PROBLEM TO SOLVE - The answer should be each line of the records that contains the word "SPHERE"; please copy them all.

Collected data:
════════════════
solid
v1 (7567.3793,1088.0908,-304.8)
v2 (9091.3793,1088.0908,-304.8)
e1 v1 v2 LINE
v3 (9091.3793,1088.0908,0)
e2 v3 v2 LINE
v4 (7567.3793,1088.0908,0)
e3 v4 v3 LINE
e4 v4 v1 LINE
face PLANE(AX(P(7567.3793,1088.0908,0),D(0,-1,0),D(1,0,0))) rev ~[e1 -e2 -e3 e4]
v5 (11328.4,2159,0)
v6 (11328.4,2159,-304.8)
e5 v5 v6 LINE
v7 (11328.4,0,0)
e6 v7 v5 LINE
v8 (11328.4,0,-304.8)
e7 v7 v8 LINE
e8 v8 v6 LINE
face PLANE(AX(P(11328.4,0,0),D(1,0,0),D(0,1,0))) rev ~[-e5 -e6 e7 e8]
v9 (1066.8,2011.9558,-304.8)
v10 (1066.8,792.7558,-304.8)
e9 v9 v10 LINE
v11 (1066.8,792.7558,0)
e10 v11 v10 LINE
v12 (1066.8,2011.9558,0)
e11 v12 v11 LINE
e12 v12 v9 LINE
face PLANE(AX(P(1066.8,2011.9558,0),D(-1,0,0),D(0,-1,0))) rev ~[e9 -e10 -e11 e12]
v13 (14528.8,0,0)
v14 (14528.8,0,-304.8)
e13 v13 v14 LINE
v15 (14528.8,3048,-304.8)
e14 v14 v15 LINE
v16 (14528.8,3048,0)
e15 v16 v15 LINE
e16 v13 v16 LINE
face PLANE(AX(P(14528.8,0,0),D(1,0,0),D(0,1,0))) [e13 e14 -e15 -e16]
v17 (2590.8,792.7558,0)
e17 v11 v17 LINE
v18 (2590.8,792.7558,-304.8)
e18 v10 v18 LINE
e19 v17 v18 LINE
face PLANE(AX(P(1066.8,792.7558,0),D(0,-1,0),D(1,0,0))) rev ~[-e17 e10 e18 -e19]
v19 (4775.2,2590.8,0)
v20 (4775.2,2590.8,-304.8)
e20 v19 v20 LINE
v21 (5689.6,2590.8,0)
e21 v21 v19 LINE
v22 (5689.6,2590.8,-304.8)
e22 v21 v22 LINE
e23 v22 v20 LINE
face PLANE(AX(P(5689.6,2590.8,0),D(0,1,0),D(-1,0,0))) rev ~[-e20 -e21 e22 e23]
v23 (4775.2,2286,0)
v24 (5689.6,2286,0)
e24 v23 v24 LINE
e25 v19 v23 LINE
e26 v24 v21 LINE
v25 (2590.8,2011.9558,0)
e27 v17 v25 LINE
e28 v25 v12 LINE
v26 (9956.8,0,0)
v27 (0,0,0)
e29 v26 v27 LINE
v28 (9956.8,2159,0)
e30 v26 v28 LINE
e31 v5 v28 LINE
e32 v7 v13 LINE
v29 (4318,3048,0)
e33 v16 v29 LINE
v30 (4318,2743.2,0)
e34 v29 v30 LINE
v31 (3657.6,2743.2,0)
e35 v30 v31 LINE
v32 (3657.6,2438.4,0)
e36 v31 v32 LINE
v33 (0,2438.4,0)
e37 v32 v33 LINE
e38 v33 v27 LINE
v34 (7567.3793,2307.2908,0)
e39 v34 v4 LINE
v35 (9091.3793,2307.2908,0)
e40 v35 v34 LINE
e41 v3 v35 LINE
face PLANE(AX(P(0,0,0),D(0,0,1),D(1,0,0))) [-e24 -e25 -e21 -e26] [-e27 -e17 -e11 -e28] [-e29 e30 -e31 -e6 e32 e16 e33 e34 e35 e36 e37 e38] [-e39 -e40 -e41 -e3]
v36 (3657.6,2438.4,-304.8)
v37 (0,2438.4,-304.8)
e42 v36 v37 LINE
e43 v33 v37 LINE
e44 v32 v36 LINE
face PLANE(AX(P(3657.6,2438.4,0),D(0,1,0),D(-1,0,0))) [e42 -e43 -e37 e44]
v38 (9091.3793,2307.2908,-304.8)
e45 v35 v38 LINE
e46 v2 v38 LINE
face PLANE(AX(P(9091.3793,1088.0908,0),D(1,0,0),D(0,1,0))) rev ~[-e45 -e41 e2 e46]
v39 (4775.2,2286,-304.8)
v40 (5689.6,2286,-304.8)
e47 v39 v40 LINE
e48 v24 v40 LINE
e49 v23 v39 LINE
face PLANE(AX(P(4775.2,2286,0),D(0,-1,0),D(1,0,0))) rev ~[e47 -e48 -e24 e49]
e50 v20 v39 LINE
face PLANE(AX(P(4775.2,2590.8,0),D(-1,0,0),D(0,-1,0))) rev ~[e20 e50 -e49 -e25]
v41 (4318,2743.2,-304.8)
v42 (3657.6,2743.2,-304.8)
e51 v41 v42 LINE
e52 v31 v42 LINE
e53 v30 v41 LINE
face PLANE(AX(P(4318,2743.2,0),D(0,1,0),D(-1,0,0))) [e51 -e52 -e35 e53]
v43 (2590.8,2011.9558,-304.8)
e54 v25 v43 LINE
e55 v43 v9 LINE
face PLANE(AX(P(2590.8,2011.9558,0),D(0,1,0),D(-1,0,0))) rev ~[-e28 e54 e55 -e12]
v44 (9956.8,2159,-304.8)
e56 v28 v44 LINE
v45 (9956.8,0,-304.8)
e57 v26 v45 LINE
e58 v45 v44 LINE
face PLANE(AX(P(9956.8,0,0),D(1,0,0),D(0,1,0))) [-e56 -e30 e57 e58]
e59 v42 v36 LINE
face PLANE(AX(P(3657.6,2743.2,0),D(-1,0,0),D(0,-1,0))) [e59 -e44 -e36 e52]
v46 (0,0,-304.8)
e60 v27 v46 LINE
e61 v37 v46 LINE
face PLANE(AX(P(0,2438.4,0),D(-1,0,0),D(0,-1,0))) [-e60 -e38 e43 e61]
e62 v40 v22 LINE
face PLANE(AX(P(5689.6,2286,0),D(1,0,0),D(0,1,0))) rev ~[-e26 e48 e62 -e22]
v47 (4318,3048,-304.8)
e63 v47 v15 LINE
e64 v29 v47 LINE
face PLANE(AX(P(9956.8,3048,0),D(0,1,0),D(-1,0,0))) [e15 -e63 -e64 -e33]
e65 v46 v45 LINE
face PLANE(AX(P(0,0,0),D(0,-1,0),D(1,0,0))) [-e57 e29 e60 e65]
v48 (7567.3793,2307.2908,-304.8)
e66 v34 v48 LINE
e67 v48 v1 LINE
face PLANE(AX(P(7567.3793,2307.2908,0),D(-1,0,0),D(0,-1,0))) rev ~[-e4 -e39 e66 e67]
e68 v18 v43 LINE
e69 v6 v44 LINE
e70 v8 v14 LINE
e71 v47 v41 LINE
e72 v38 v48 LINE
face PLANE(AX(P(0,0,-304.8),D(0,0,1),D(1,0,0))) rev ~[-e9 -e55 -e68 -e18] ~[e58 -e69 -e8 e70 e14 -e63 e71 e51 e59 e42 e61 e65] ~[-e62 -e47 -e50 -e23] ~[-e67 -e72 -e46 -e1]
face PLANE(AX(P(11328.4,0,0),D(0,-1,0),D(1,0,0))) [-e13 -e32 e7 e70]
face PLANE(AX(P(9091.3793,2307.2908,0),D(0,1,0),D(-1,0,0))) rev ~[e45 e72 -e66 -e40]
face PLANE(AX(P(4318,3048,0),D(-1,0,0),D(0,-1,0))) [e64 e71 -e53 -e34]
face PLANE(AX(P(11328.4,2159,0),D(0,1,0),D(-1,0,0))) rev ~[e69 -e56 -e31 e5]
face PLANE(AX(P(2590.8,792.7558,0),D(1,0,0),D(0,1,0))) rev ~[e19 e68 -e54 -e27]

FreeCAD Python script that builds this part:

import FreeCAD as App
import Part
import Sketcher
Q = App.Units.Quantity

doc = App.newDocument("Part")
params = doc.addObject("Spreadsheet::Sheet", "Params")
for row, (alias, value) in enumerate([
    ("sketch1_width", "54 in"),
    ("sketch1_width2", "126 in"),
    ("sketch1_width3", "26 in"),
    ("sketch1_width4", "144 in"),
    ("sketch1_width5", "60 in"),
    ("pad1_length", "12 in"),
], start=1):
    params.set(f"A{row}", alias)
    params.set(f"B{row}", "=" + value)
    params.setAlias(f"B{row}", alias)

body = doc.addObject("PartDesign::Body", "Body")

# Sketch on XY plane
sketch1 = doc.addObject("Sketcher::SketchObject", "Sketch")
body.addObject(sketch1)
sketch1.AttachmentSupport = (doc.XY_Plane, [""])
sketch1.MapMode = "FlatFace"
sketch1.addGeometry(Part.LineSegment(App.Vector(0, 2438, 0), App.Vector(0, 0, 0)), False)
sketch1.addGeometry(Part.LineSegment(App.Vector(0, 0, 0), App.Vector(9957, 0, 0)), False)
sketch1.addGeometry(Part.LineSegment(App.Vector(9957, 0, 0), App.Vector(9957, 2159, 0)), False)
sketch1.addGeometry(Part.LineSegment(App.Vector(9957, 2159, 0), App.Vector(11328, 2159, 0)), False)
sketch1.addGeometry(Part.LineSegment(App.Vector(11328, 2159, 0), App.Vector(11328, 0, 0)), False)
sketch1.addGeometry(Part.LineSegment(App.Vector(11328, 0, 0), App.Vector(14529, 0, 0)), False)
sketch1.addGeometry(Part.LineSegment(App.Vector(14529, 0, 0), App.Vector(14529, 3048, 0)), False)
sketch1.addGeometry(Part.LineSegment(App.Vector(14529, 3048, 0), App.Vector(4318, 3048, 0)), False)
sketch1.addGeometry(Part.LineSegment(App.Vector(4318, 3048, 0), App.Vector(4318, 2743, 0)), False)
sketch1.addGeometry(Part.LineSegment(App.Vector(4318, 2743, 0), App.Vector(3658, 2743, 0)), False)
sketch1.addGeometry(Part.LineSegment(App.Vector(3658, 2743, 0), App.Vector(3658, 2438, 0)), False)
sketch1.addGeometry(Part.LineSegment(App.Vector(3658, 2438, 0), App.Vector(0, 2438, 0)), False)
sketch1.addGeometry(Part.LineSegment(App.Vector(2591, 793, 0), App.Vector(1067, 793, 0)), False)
════════════════
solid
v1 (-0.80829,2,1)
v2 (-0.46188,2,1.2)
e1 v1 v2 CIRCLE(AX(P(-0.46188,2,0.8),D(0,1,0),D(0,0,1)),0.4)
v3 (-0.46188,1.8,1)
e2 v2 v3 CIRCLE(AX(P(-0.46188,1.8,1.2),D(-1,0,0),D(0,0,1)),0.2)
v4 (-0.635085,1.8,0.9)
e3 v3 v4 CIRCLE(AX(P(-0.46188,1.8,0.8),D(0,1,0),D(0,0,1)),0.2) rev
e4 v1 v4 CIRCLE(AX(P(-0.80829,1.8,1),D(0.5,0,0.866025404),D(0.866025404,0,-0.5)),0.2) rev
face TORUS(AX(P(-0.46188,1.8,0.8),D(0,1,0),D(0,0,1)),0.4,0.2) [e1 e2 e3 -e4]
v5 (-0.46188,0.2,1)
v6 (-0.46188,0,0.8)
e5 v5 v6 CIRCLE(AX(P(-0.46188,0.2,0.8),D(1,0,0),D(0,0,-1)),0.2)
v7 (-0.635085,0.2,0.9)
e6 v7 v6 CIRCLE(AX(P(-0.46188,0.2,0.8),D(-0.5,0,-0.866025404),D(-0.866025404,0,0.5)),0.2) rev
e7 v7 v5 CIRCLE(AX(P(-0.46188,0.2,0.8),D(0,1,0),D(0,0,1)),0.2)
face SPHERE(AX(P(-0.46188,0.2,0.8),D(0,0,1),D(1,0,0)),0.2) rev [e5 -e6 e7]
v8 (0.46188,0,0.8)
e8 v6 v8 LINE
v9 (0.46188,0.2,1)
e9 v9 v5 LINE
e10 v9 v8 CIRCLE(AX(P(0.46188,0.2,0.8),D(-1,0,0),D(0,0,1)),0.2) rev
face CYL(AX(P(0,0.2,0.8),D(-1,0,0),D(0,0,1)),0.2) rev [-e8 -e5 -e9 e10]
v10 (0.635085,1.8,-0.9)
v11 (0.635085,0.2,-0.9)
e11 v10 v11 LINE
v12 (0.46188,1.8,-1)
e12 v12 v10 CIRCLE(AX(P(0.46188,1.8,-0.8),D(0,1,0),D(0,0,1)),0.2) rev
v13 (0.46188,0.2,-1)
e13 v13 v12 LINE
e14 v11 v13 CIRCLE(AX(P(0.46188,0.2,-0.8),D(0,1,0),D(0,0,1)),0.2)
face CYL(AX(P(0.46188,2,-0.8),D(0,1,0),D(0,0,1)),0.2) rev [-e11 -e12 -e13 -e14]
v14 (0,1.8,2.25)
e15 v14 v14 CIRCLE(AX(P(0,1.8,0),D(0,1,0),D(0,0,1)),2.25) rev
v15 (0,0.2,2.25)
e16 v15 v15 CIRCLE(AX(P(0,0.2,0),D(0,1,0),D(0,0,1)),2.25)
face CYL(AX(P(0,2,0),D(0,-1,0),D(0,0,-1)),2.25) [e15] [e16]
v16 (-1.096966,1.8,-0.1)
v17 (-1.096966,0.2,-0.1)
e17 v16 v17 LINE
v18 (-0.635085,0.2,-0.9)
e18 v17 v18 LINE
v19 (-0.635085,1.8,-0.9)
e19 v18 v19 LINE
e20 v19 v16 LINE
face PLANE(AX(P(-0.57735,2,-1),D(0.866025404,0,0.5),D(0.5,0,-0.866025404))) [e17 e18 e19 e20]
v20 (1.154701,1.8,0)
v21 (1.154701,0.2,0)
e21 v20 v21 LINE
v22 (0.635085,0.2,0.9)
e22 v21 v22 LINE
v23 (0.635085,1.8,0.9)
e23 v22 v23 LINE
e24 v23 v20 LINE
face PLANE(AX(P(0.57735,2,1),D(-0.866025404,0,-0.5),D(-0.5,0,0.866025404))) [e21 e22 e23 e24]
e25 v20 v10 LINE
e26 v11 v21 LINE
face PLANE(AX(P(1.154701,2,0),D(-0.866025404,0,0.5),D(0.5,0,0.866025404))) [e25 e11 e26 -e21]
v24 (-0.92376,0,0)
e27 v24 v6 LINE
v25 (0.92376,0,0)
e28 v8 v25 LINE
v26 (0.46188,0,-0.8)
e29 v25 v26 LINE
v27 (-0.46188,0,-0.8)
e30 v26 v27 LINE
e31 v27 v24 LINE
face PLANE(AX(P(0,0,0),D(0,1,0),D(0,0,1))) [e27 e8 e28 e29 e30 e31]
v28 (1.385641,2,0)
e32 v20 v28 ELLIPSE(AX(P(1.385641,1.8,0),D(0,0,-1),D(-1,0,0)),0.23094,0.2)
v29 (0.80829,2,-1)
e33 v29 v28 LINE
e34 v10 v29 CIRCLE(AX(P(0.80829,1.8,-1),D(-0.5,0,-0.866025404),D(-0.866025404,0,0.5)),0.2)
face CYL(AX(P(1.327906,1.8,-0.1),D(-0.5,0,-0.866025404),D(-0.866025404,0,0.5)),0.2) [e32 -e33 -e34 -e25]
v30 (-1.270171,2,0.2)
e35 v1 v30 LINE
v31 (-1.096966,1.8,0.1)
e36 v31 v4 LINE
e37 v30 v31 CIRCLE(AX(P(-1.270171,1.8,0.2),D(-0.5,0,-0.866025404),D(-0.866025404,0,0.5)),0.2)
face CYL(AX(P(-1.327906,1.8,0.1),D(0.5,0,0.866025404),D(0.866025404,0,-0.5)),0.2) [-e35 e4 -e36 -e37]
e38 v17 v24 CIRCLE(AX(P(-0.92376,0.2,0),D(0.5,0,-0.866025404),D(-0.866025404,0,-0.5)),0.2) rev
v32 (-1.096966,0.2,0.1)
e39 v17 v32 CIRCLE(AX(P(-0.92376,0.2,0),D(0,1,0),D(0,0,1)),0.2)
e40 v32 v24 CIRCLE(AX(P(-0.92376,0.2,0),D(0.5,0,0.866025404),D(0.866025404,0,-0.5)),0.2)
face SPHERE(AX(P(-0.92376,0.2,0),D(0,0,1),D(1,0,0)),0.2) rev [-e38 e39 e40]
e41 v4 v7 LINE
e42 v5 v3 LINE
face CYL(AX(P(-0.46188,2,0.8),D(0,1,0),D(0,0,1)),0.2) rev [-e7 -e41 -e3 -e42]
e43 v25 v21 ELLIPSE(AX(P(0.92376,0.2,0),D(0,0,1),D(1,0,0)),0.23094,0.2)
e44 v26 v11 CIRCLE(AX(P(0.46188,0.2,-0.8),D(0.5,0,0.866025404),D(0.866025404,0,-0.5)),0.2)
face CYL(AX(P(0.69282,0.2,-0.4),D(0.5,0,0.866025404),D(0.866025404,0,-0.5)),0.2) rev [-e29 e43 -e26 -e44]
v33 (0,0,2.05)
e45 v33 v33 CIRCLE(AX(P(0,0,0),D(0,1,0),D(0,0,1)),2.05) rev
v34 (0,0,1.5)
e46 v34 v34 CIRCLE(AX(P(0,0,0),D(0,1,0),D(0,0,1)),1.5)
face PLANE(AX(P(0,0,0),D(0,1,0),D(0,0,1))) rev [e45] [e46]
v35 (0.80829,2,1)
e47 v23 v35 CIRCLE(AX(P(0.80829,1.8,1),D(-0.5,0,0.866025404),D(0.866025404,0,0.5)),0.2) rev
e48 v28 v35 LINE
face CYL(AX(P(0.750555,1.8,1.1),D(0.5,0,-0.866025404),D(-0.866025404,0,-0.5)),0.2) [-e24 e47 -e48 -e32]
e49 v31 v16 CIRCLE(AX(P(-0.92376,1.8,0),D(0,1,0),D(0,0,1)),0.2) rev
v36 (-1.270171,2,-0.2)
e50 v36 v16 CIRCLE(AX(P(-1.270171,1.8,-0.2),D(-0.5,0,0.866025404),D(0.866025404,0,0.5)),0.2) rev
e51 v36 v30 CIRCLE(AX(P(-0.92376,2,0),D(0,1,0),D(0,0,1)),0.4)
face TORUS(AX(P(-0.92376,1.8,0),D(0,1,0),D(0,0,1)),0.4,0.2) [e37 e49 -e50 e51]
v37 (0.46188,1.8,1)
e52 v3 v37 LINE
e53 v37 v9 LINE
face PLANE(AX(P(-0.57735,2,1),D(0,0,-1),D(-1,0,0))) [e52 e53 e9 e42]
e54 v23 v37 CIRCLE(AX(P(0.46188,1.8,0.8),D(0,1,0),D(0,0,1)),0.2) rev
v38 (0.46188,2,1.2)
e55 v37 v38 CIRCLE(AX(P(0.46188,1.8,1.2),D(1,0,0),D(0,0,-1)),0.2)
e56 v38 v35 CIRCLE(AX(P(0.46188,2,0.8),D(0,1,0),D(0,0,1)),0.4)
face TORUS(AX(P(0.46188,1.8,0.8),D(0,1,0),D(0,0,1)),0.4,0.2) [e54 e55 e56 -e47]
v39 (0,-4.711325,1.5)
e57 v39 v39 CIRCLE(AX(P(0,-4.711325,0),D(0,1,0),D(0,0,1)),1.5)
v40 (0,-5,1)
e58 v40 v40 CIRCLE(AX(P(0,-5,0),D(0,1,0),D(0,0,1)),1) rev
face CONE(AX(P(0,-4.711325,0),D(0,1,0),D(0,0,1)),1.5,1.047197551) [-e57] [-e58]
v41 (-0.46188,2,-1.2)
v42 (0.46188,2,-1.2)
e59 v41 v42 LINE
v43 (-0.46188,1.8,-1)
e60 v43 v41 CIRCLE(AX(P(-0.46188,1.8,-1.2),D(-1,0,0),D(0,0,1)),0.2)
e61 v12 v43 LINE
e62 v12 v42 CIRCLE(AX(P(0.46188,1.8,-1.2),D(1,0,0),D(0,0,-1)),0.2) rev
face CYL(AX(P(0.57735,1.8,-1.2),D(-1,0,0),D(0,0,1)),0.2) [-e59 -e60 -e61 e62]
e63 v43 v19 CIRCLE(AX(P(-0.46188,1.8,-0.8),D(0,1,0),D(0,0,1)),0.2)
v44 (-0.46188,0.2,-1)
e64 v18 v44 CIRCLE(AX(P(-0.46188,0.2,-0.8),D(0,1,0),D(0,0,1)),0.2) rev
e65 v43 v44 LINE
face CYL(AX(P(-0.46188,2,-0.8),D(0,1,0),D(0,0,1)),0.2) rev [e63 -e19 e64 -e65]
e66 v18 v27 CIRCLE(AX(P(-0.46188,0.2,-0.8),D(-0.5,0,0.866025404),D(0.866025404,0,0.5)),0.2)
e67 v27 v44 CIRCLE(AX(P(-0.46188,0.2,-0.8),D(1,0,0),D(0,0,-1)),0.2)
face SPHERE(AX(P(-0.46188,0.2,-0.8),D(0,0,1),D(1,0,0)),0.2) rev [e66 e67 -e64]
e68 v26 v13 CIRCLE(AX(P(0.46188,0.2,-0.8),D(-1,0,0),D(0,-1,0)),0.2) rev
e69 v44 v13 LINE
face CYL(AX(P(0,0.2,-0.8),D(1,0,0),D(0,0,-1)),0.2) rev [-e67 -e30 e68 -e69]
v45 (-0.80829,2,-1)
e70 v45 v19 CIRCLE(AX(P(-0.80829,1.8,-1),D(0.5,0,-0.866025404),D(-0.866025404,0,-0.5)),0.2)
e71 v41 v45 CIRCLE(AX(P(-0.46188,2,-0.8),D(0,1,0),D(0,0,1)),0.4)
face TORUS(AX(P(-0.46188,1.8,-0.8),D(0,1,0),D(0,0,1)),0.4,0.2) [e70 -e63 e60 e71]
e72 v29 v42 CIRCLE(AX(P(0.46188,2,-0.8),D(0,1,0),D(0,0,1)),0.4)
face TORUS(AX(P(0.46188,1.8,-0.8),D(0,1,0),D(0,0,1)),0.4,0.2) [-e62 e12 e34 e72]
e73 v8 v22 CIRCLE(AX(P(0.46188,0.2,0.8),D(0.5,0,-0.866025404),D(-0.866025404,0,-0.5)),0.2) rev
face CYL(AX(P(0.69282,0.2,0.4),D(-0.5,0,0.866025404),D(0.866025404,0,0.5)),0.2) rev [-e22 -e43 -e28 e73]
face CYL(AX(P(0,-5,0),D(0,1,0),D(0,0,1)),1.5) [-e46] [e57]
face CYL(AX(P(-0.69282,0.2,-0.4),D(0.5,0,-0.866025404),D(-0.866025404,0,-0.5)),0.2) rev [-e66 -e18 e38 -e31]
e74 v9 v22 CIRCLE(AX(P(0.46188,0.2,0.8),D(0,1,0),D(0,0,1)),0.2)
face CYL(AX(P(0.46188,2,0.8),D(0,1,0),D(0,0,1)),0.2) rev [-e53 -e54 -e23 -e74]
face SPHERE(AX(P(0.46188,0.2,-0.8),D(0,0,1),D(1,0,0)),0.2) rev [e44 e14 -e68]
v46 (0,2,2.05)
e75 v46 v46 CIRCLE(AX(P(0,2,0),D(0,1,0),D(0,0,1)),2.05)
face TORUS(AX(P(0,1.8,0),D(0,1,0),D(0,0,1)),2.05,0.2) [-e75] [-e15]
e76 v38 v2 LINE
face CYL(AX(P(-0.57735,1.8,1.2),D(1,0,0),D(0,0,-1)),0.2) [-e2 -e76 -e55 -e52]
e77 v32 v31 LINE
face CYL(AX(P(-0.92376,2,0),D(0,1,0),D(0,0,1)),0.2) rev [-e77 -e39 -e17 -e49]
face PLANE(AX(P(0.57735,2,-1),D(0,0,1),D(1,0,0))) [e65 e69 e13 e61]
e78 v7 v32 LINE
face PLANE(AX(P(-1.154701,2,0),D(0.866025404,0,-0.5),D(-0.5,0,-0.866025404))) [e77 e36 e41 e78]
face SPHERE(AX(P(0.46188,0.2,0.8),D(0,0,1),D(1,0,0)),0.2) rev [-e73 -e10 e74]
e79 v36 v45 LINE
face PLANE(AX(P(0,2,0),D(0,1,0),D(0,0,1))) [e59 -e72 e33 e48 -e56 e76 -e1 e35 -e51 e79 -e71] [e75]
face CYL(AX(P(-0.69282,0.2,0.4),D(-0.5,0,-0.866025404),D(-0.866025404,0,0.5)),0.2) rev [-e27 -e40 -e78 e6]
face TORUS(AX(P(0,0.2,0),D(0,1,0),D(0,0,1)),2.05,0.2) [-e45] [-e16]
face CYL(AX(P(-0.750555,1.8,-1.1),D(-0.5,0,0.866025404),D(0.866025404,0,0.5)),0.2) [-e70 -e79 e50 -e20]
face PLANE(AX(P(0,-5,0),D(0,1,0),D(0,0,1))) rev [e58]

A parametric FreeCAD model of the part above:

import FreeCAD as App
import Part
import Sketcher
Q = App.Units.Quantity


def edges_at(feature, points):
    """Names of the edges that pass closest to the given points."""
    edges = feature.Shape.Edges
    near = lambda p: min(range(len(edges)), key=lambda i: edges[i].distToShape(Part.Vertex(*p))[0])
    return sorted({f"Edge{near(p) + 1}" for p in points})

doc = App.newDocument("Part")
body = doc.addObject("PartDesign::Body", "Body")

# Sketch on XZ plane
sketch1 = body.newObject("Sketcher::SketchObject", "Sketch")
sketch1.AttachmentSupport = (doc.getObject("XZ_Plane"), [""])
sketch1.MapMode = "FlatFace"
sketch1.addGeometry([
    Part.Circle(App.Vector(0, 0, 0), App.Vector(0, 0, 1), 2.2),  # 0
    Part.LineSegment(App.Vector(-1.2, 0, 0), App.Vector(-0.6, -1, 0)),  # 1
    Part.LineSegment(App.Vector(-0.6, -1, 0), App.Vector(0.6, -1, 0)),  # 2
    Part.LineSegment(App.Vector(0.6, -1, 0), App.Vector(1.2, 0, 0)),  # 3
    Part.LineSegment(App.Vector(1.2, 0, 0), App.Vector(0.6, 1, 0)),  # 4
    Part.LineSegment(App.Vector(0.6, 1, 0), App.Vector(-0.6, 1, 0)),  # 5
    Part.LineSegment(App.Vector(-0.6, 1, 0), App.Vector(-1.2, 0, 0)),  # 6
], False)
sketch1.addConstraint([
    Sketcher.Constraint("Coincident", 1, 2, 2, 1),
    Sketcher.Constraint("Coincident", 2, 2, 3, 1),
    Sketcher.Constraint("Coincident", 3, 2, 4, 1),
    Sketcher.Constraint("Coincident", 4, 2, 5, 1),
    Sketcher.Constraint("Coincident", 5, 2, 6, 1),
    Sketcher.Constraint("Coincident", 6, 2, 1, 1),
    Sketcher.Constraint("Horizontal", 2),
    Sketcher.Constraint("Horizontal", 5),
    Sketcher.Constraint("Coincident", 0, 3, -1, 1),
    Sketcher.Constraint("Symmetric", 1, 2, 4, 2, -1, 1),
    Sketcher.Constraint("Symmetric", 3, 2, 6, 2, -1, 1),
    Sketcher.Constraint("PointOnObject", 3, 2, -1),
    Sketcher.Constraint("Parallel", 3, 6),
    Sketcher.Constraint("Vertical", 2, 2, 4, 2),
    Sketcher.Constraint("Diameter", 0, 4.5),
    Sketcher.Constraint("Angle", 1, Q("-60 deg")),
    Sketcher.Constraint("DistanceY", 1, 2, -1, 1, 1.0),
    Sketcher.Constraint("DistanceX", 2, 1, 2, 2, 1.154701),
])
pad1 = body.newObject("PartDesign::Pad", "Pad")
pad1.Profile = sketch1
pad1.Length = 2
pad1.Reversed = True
════════════════
EXPECTED OUTPUT -
face SPHERE(AX(P(-0.46188,0.2,0.8),D(0,0,1),D(1,0,0)),0.2) rev [e5 -e6 e7]
face SPHERE(AX(P(-0.92376,0.2,0),D(0,0,1),D(1,0,0)),0.2) rev [-e38 e39 e40]
face SPHERE(AX(P(-0.46188,0.2,-0.8),D(0,0,1),D(1,0,0)),0.2) rev [e66 e67 -e64]
face SPHERE(AX(P(0.46188,0.2,-0.8),D(0,0,1),D(1,0,0)),0.2) rev [e44 e14 -e68]
face SPHERE(AX(P(0.46188,0.2,0.8),D(0,0,1),D(1,0,0)),0.2) rev [-e73 -e10 e74]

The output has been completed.